-- Data listing follows --

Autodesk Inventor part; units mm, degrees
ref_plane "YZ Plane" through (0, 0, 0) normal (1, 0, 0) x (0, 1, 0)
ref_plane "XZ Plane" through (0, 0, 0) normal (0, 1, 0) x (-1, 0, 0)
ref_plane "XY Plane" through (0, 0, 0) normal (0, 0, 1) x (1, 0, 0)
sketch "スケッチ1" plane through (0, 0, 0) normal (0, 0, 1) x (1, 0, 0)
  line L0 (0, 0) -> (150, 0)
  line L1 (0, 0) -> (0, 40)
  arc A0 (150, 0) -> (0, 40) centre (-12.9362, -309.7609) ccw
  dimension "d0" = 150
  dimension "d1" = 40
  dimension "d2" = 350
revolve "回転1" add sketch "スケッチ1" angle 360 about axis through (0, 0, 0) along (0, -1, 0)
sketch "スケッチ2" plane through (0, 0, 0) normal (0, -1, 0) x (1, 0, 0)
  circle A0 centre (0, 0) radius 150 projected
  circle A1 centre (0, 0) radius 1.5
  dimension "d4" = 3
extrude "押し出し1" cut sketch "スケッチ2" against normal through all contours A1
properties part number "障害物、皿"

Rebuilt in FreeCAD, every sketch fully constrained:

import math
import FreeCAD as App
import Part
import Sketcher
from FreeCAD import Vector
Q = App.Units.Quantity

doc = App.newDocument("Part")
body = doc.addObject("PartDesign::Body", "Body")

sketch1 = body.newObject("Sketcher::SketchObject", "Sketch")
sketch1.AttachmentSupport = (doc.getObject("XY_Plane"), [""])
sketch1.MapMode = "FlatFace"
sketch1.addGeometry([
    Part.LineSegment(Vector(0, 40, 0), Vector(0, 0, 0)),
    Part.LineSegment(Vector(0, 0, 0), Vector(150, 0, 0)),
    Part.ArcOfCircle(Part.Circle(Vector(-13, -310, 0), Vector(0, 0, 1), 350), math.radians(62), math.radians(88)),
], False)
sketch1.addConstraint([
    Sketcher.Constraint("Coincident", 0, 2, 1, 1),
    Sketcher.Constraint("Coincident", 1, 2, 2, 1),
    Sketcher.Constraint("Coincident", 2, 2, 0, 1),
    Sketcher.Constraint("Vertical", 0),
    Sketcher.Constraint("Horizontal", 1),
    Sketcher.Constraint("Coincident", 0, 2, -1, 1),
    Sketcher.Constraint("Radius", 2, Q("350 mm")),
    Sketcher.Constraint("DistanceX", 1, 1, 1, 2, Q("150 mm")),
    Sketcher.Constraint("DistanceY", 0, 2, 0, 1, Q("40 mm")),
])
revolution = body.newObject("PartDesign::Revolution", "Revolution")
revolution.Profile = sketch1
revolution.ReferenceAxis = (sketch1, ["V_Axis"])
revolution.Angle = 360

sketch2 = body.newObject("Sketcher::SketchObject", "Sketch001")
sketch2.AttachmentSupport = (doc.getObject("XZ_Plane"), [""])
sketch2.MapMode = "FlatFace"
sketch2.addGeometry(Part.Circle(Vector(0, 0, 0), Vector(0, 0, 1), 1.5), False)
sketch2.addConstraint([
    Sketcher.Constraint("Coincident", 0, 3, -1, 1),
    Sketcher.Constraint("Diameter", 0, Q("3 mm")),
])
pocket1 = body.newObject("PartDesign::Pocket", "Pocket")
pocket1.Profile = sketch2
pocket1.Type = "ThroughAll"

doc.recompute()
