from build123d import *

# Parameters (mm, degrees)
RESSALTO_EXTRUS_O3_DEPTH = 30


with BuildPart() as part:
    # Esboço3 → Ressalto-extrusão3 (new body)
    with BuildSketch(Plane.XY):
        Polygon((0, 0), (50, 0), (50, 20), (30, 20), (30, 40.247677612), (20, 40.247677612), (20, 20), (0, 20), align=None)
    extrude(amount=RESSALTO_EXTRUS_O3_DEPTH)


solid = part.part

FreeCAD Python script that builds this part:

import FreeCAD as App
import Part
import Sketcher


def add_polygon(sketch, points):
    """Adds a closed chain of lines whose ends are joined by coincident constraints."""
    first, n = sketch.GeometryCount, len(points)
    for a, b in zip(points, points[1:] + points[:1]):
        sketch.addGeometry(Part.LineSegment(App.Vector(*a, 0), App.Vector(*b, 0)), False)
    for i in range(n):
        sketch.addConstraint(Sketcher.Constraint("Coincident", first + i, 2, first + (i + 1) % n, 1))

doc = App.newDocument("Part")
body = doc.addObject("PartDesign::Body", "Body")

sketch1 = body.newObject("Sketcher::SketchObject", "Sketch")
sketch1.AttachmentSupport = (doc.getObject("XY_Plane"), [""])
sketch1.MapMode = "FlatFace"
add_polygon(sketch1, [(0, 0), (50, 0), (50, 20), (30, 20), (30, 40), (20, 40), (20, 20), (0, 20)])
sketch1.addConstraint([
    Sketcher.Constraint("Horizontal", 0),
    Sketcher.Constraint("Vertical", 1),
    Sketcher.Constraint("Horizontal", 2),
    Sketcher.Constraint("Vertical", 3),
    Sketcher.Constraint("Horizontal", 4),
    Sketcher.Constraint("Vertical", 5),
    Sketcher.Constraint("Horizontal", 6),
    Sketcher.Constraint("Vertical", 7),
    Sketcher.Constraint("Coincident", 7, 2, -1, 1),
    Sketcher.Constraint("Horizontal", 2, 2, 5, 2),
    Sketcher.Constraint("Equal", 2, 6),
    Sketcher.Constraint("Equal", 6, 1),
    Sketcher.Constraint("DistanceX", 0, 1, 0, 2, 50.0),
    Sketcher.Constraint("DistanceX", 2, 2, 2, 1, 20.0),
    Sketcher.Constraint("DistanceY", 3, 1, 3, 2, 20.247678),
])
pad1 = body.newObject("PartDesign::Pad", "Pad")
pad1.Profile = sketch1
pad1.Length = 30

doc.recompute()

-- Data listing concluded --

§ **What the task requires**:
Retype each line of the material above exactly.

§ **Solved problem**:
Autodesk Inventor part; units mm, degrees
ref_plane "YZ Plane" through (0, 0, 0) normal (1, 0, 0) x (0, 1, 0)
ref_plane "XZ Plane" through (0, 0, 0) normal (0, 1, 0) x (-1, 0, 0)
ref_plane "XY Plane" through (0, 0, 0) normal (0, 0, 1) x (1, 0, 0)
sketch "スケッチ1" plane through (0, 0, 0) normal (0, 0, 1) x (1, 0, 0)
  line L0 (0, 0) -> (150, 0)
  line L1 (0, 0) -> (0, 40)
  arc A0 (150, 0) -> (0, 40) centre (-12.9362, -309.7609) ccw
  dimension "d0" = 150
  dimension "d1" = 40
  dimension "d2" = 350
revolve "回転1" add sketch "スケッチ1" angle 360 about axis through (0, 0, 0) along (0, -1, 0)
sketch "スケッチ2" plane through (0, 0, 0) normal (0, -1, 0) x (1, 0, 0)
  circle A0 centre (0, 0) radius 150 projected
  circle A1 centre (0, 0) radius 1.5
  dimension "d4" = 3
extrude "押し出し1" cut sketch "スケッチ2" against normal through all contours A1
properties part number "障害物、皿"

Rebuilt in FreeCAD, every sketch fully constrained:

import math
import FreeCAD as App
import Part
import Sketcher
from FreeCAD import Vector
Q = App.Units.Quantity

doc = App.newDocument("Part")
body = doc.addObject("PartDesign::Body", "Body")

sketch1 = body.newObject("Sketcher::SketchObject", "Sketch")
sketch1.AttachmentSupport = (doc.getObject("XY_Plane"), [""])
sketch1.MapMode = "FlatFace"
sketch1.addGeometry([
    Part.LineSegment(Vector(0, 40, 0), Vector(0, 0, 0)),
    Part.LineSegment(Vector(0, 0, 0), Vector(150, 0, 0)),
    Part.ArcOfCircle(Part.Circle(Vector(-13, -310, 0), Vector(0, 0, 1), 350), math.radians(62), math.radians(88)),
], False)
sketch1.addConstraint([
    Sketcher.Constraint("Coincident", 0, 2, 1, 1),
    Sketcher.Constraint("Coincident", 1, 2, 2, 1),
    Sketcher.Constraint("Coincident", 2, 2, 0, 1),
    Sketcher.Constraint("Vertical", 0),
    Sketcher.Constraint("Horizontal", 1),
    Sketcher.Constraint("Coincident", 0, 2, -1, 1),
    Sketcher.Constraint("Radius", 2, Q("350 mm")),
    Sketcher.Constraint("DistanceX", 1, 1, 1, 2, Q("150 mm")),
    Sketcher.Constraint("DistanceY", 0, 2, 0, 1, Q("40 mm")),
])
revolution = body.newObject("PartDesign::Revolution", "Revolution")
revolution.Profile = sketch1
revolution.ReferenceAxis = (sketch1, ["V_Axis"])
revolution.Angle = 360

sketch2 = body.newObject("Sketcher::SketchObject", "Sketch001")
sketch2.AttachmentSupport = (doc.getObject("XZ_Plane"), [""])
sketch2.MapMode = "FlatFace"
sketch2.addGeometry(Part.Circle(Vector(0, 0, 0), Vector(0, 0, 1), 1.5), False)
sketch2.addConstraint([
    Sketcher.Constraint("Coincident", 0, 3, -1, 1),
    Sketcher.Constraint("Diameter", 0, Q("3 mm")),
])
pocket1 = body.newObject("PartDesign::Pocket", "Pocket")
pocket1.Profile = sketch2
pocket1.Type = "ThroughAll"

doc.recompute()
from build123d import *

# Parameters (mm, degrees)
RESSALTO_EXTRUS_O3_DEPTH = 30


with BuildPart() as part:
    # Esboço3 → Ressalto-extrusão3 (new body)
    with BuildSketch(Plane.XY):
        Polygon((0, 0), (50, 0), (50, 20), (30, 20), (30, 40.247677612), (20, 40.247677612), (20, 20), (0, 20), align=None)
    extrude(amount=RESSALTO_EXTRUS_O3_DEPTH)


solid = part.part

FreeCAD Python script that builds this part:

import FreeCAD as App
import Part
import Sketcher


def add_polygon(sketch, points):
    """Adds a closed chain of lines whose ends are joined by coincident constraints."""
    first, n = sketch.GeometryCount, len(points)
    for a, b in zip(points, points[1:] + points[:1]):
        sketch.addGeometry(Part.LineSegment(App.Vector(*a, 0), App.Vector(*b, 0)), False)
    for i in range(n):
        sketch.addConstraint(Sketcher.Constraint("Coincident", first + i, 2, first + (i + 1) % n, 1))

doc = App.newDocument("Part")
body = doc.addObject("PartDesign::Body", "Body")

sketch1 = body.newObject("Sketcher::SketchObject", "Sketch")
sketch1.AttachmentSupport = (doc.getObject("XY_Plane"), [""])
sketch1.MapMode = "FlatFace"
add_polygon(sketch1, [(0, 0), (50, 0), (50, 20), (30, 20), (30, 40), (20, 40), (20, 20), (0, 20)])
sketch1.addConstraint([
    Sketcher.Constraint("Horizontal", 0),
    Sketcher.Constraint("Vertical", 1),
    Sketcher.Constraint("Horizontal", 2),
    Sketcher.Constraint("Vertical", 3),
    Sketcher.Constraint("Horizontal", 4),
    Sketcher.Constraint("Vertical", 5),
    Sketcher.Constraint("Horizontal", 6),
    Sketcher.Constraint("Vertical", 7),
    Sketcher.Constraint("Coincident", 7, 2, -1, 1),
    Sketcher.Constraint("Horizontal", 2, 2, 5, 2),
    Sketcher.Constraint("Equal", 2, 6),
    Sketcher.Constraint("Equal", 6, 1),
    Sketcher.Constraint("DistanceX", 0, 1, 0, 2, 50.0),
    Sketcher.Constraint("DistanceX", 2, 2, 2, 1, 20.0),
    Sketcher.Constraint("DistanceY", 3, 1, 3, 2, 20.247678),
])
pad1 = body.newObject("PartDesign::Pad", "Pad")
pad1.Profile = sketch1
pad1.Length = 30

doc.recompute()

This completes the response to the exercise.